The solar cult and belief in the supreme being is comparable to other indigenous peoples of the Americas and elsewhere in the world. Tezcatlipoca was a similar deity for the Aztec and Viracocha was his counterpart for the Incas. Quetzalcoatl and Huitzilopochtli represented the Sun for the Aztec and the Mayas praised Kinich Ahau, while the Incas believed Inti symbolised the Sun and created the Inca civilization.

The most important sanctuaries established in pre-Columbian Colombia were erected in Sugamuxi, present-day Sogamoso, Guatavita, Bacatá (now the Colombian capital Bogotá) and Guachetá. Zaque Goranchacha constructed a temple in Hunza, today known as Tunja, and honouring him the people placed the Cojines del zaque ("Zaque Pillows"), two circular stones made of the same rock, there. According to legends and oral accounts without archeological or anthropological evidences, the ceremonies were every day before sunrise: the zaque with his priests and some of the indigenous people gathered and prayed the Sun would rise in the east. This gave the astronomer class power over the peasants during eclipses. the ruler of the Muisca kneeled down on the Pillows and the people prayed, sang and danced.

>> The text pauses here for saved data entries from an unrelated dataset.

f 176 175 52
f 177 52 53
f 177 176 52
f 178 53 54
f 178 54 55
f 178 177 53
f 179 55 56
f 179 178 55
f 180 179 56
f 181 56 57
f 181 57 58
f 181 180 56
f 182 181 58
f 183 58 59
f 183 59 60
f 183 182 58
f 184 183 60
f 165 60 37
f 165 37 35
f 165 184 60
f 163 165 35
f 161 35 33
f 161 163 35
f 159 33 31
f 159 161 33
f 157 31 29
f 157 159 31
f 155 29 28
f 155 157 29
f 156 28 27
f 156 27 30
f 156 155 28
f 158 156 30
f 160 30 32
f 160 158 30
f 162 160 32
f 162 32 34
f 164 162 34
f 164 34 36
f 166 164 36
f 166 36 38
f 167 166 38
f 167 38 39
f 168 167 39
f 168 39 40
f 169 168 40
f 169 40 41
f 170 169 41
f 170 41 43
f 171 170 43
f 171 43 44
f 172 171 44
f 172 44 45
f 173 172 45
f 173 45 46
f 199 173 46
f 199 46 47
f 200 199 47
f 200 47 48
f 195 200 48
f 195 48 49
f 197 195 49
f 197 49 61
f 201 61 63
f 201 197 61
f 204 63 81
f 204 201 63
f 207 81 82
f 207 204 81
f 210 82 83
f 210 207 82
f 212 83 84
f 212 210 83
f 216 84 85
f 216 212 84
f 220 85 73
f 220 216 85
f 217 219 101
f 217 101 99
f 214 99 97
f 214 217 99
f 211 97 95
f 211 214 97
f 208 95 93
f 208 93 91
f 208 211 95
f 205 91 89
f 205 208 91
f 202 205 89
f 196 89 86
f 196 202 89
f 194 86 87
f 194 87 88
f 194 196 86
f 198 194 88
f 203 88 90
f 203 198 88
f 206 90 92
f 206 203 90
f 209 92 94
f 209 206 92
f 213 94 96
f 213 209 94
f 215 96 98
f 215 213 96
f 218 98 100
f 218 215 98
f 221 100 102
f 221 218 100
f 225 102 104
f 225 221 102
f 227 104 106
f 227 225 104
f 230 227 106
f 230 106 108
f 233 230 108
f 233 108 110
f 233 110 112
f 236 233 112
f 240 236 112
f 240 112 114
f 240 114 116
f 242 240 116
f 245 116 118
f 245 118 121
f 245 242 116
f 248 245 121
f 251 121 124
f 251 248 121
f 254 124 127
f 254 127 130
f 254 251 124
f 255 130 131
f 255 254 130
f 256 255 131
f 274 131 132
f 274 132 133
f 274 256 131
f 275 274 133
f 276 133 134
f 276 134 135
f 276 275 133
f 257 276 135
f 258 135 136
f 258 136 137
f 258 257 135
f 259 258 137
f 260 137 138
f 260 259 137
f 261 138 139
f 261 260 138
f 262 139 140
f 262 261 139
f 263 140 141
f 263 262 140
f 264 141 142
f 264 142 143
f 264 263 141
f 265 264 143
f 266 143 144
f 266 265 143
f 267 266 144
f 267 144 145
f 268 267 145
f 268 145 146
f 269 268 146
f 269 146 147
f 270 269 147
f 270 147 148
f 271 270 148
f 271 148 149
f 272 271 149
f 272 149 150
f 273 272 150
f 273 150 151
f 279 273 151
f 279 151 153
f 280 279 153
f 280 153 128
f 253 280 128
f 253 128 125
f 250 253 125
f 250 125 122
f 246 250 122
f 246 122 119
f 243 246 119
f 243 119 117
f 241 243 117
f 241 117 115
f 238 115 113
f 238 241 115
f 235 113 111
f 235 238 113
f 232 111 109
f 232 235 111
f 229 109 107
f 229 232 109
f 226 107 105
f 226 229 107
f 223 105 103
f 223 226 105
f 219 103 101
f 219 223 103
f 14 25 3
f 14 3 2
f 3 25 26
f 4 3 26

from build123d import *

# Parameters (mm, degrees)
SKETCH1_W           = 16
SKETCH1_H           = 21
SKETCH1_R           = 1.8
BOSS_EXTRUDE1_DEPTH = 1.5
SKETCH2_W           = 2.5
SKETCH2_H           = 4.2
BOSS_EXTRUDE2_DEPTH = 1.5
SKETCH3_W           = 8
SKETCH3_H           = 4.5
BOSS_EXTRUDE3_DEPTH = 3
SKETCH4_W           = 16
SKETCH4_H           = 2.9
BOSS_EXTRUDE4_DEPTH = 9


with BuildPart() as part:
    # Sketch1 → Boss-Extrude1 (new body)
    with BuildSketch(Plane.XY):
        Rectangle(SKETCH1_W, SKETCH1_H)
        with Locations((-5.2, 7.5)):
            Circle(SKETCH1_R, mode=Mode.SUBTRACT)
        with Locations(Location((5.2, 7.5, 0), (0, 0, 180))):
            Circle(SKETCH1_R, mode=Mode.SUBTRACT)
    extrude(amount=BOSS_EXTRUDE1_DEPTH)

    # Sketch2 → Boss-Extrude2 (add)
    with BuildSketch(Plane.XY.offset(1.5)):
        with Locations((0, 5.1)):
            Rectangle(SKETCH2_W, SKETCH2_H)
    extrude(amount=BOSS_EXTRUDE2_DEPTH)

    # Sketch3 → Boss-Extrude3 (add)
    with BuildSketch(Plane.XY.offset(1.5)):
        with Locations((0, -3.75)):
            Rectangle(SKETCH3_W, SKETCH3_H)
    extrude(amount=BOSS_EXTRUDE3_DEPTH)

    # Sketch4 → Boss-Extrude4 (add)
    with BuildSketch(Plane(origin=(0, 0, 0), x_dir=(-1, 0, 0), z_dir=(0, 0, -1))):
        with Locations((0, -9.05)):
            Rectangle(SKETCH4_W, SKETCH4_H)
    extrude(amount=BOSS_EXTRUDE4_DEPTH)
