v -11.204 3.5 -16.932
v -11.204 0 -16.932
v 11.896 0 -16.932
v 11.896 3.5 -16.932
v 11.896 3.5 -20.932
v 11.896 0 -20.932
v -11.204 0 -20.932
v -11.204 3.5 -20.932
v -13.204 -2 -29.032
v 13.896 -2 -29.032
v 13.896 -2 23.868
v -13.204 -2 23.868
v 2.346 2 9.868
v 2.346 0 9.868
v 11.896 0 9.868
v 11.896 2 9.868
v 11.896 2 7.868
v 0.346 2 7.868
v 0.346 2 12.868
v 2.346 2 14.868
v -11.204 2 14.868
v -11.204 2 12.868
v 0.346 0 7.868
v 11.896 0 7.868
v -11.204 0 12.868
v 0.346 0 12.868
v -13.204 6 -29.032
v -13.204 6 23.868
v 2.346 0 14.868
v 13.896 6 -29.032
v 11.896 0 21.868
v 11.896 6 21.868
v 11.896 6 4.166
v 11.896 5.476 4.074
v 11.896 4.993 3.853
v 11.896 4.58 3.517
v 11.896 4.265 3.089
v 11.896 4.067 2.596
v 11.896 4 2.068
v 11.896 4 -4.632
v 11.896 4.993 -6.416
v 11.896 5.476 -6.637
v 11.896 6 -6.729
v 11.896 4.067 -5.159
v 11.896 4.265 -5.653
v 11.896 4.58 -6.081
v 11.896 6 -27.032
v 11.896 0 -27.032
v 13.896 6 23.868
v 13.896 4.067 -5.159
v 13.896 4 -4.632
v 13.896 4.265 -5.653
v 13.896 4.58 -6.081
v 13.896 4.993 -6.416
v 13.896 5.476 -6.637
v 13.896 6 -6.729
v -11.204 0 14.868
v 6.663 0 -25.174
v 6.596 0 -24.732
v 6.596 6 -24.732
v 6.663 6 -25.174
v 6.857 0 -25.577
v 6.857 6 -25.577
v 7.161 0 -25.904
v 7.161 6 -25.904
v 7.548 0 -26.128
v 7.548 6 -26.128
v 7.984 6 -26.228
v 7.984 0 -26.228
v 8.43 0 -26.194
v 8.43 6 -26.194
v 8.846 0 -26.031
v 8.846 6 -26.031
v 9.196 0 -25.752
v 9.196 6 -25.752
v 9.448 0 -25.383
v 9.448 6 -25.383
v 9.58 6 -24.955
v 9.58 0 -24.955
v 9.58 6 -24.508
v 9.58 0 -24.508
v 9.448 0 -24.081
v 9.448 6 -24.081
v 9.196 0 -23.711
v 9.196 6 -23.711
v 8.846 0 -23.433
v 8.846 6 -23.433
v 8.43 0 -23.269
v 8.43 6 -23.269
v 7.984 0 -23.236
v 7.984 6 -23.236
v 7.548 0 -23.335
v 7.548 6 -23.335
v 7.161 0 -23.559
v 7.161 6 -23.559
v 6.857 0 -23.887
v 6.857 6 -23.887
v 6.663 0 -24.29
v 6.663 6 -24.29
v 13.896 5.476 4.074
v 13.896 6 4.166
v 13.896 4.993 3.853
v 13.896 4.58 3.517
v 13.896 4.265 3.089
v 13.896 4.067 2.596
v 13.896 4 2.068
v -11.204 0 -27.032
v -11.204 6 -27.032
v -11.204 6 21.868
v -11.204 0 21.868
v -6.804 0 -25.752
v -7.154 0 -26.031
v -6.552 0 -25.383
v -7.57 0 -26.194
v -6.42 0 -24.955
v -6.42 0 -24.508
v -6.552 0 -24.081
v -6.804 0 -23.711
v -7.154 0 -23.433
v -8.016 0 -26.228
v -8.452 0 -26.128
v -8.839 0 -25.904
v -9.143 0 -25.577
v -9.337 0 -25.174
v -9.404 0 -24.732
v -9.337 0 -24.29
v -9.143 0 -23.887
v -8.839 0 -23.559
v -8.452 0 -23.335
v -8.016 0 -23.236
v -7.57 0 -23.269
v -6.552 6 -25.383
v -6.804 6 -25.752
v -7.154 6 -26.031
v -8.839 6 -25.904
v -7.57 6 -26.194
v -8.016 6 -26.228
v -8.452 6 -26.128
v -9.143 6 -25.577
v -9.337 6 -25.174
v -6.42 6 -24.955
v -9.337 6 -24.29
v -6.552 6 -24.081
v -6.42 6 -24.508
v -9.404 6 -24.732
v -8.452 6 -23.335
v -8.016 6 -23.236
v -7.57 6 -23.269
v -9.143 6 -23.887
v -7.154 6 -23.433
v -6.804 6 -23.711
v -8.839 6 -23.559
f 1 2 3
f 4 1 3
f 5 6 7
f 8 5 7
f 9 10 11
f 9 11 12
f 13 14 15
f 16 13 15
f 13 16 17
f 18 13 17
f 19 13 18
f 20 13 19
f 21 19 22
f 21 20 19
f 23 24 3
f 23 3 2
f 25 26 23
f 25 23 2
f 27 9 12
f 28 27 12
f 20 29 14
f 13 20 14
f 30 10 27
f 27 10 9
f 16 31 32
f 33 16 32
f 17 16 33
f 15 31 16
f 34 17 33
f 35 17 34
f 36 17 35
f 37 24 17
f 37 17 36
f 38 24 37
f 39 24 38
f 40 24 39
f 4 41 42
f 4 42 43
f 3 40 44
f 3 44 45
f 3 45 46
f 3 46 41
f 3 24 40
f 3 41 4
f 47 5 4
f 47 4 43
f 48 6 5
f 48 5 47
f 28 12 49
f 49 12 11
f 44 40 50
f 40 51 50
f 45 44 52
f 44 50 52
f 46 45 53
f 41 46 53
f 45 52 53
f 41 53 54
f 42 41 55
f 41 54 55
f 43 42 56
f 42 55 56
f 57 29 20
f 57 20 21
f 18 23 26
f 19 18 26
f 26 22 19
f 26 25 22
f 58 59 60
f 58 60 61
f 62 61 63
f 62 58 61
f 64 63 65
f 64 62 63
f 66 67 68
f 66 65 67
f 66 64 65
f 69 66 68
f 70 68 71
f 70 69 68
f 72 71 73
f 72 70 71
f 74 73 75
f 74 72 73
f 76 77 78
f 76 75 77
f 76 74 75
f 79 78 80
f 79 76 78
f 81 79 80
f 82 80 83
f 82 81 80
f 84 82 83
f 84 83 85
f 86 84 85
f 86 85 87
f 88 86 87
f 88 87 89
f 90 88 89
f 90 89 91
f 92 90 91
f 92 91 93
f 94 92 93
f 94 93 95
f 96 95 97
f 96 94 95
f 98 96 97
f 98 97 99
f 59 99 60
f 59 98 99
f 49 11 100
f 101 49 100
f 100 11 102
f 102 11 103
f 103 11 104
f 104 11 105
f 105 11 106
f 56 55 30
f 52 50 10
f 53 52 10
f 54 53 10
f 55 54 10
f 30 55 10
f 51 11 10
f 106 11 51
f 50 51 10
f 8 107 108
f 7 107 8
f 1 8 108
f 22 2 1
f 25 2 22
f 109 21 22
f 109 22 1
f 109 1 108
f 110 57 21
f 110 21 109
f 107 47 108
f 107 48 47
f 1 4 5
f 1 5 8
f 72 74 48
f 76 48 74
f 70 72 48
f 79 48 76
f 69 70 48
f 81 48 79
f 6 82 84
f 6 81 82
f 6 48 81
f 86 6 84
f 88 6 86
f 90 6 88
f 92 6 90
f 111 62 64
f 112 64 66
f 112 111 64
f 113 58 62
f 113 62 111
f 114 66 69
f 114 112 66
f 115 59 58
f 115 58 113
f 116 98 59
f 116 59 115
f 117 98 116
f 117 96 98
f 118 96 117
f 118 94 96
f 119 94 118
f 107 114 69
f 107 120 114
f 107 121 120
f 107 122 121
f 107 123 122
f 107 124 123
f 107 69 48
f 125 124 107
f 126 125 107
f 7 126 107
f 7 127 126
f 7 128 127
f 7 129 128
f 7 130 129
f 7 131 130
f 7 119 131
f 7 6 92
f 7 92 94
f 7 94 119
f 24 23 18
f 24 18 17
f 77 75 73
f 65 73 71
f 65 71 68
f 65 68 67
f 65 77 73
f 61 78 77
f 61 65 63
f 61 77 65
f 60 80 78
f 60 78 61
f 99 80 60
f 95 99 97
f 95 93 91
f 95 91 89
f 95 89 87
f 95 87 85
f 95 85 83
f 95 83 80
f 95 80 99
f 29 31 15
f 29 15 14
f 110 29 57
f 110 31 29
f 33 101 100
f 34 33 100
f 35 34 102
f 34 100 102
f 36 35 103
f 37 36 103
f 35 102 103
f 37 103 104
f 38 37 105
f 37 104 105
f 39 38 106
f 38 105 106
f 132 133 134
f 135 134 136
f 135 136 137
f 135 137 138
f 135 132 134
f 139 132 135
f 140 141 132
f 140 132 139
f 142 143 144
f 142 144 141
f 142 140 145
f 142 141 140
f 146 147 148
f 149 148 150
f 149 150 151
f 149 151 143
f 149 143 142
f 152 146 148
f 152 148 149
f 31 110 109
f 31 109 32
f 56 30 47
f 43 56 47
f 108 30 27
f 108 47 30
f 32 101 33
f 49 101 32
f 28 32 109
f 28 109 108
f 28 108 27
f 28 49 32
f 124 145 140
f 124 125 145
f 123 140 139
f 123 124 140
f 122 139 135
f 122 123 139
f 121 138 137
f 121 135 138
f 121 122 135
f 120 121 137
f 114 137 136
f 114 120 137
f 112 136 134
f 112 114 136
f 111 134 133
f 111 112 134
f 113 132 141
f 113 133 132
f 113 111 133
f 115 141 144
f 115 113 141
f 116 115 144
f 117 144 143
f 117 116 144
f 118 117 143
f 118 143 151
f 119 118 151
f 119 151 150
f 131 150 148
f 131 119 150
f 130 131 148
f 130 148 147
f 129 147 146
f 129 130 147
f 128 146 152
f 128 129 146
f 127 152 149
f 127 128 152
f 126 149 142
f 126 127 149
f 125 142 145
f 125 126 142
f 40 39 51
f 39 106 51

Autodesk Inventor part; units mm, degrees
ref_plane "YZ Plane" through (0, 0, 0) normal (1, 0, 0) x (0, 1, 0)
ref_plane "XZ Plane" through (0, 0, 0) normal (0, 1, 0) x (-1, 0, 0)
ref_plane "XY Plane" through (0, 0, 0) normal (0, 0, 1) x (1, 0, 0)
sketch "Sketch1" plane through (0, 0, 0) normal (0, 1, 0) x (-1, 0, 0)
  circle A0 centre (-8.0963, -24.7317) radius 1.5
  circle A1 centre (7.9037, -24.7317) radius 1.5
  line L0 (-11.8963, -27.0317) -> (11.2037, -27.0317)
  line L1 (11.2037, 21.8683) -> (-11.8963, 21.8683)
  line L2 (-0.3463, 7.8683) -> (-0.3463, 9.8683)
  line L3 (-2.3463, 9.8683) -> (-11.8963, 9.8683)
  line L4 (-13.8963, -29.0317) -> (13.2037, -29.0317)
  line L5 (13.2037, -29.0317) -> (13.2037, 23.8683)
  line L6 (13.2037, 23.8683) -> (-13.8963, 23.8683)
  line L7 (-13.8963, 23.8683) -> (-13.8963, -29.0317)
  line L8 (-0.3463, 7.8683) -> (-11.8963, 7.8683)
  line L9 (-11.8963, 21.8683) -> (-11.8963, 7.8683)
  line L10 (11.2037, 12.8683) -> (-0.3463, 12.8683)
  line L11 (-0.3463, 9.8683) -> (-0.3463, 12.8683)
  line L12 (-2.3463, 14.8683) -> (-2.3463, 9.8683)
  line L13 (-2.3463, 14.8683) -> (11.2037, 14.8683)
  line L14 (11.2037, -16.9317) -> (-11.8963, -16.9317)
  line L15 (-11.8963, -20.9317) -> (11.2037, -20.9317)
  line L16 (-11.8963, 7.8683) -> (-11.8963, -20.9317)
  line L17 (-11.8963, -20.9317) -> (-11.8963, -27.0317)
  line L18 (11.2037, -27.0317) -> (11.2037, 21.8683)
  point P0 (0, 0)
  point P1 (-15.2463, -4.6317)
  dimension "d0" = 2
  dimension "d12" = 6.1
extrude "Extrusion1" add sketch "Sketch1" against normal blind 2 contours A0 | A1 | L17 L15 L18 L0 | L16 L14 L18 L15 | L16 L8 L2 L11 L10 L18 L14 | L9 L3 L12 L13 L18 L10 L11 L2 L8 | L9 L1 L18 L13 L12 L3 | L7 L6 L5 L4
extrude "Extrusion2" add sketch "Sketch1" along normal blind 6
extrude "Extrusion3" add sketch "Sketch1" along normal blind 2 contours L9 L3 L12 L13 L18 L10 L11 L2 L8
extrude "Extrusion4" add sketch "Sketch1" along normal blind 3.5 contours L16 L14 L18 L15
sketch "Sketch3" plane through (13.8963, -2, 23.8683) normal (1, 0, 0) x (0, 0, -1)
  arc A0 (30.6, 9.1) -> (28.5, 11.2) centre (28.5, 9.1) ccw
  arc A1 (21.8, 11.2) -> (19.7, 9.1) centre (21.8, 9.1) ccw
  line L0 (20.7, 8.1) -> (20.7, 9.1)
  line L1 (20.7, 8.1) -> (20.7, 9.1)
  line L2 (20.7, 9.1) -> (20.7, 8.1)
  arc A2 (21.8, 10.2) -> (20.7, 9.1) centre (21.8, 9.1) ccw
  line L3 (0, 0) -> (0, 8)
  line L4 (29.6, 9.1) -> (29.6, 8.1)
  line L5 (29.6, 8.1) -> (29.6, 9.1)
  line L6 (28.5, 10.2) -> (21.8, 10.2)
  arc A3 (29.6, 9.1) -> (28.5, 10.2) centre (28.5, 9.1) ccw
  line L7 (30.6, 8.1) -> (30.6, 9.1)
  line L8 (29.6, 8.1) -> (29.6, 9.1)
  arc A4 (28.5, 6) -> (30.6, 8.1) centre (28.5, 8.1) ccw
  line L9 (28.5, 11.2) -> (21.8, 11.2)
  line L10 (21.8, 10.2) -> (28.5, 10.2)
  line L11 (28.5, 10.2) -> (21.8, 10.2)
  line L12 (21.8, 7) -> (28.5, 7)
  line L13 (28.5, 7) -> (21.8, 7)
  line L14 (21.8, 6) -> (28.5, 6)
  line L15 (19.7, 9.1) -> (19.7, 8.1)
  arc A5 (20.7, 8.1) -> (21.8, 7) centre (21.8, 8.1) ccw
  arc A6 (19.7, 8.1) -> (21.8, 6) centre (21.8, 8.1) ccw
  line L16 (52.9, 8) -> (52.9, 0)
  line L17 (0, 8) -> (52.9, 8)
  line L18 (52.9, 0) -> (0, 0)
  arc A7 (28.5, 7) -> (29.6, 8.1) centre (28.5, 8.1) ccw
  point P0 (23.8683, 2)
  point P1 (29.0317, 2)
  point P2 (20.7, 10.2)
  point P3 (29.6, 7)
  point P4 (30.5976, 8)
  point P5 (19.7024, 8)
  dimension "d21" = 1.1
  dimension "d22" = 1
extrude "Extrusion6" cut sketch "Sketch3" against normal blind 6 contours A4 L14 A6 L17 A5 L12 A7 | A7 L12 A5 L17
properties part number "base"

Sogamoso was considered a sacred city in the Eastern Ranges of the Colombian Andes and was known as the "City of the Sun", blessed by Bochica. It was here the pilgrims gathered to adore Chiminigagua. When the Spanish conquistadores led by Gonzalo Jiménez de Quesada reached the area of the Muisca they were searching for gold and the legendary El Dorado. Their torches burnt the sacred Sun Temple, destroying one of the most elaborated religious works of the Muisca. The Sun Temple has been reconstructed in the Archeology Museum of Sogamoso, see image.

Chiminigagua was described at the end of the 16th century by the Spanish chroniclers Pedro Simón and Juan de Castellanos.

The supreme being of the Muisca was a static deity without body who ruled over all the other gods. She was however never praised directly, yet through her lesser gods of the Sun, Moon and fertility; Chía, Sué and Chaquén. Chiminigagua's messenger god was Bochica. When the Spanish arrived in Muisca territory they were described as "children of the Sun".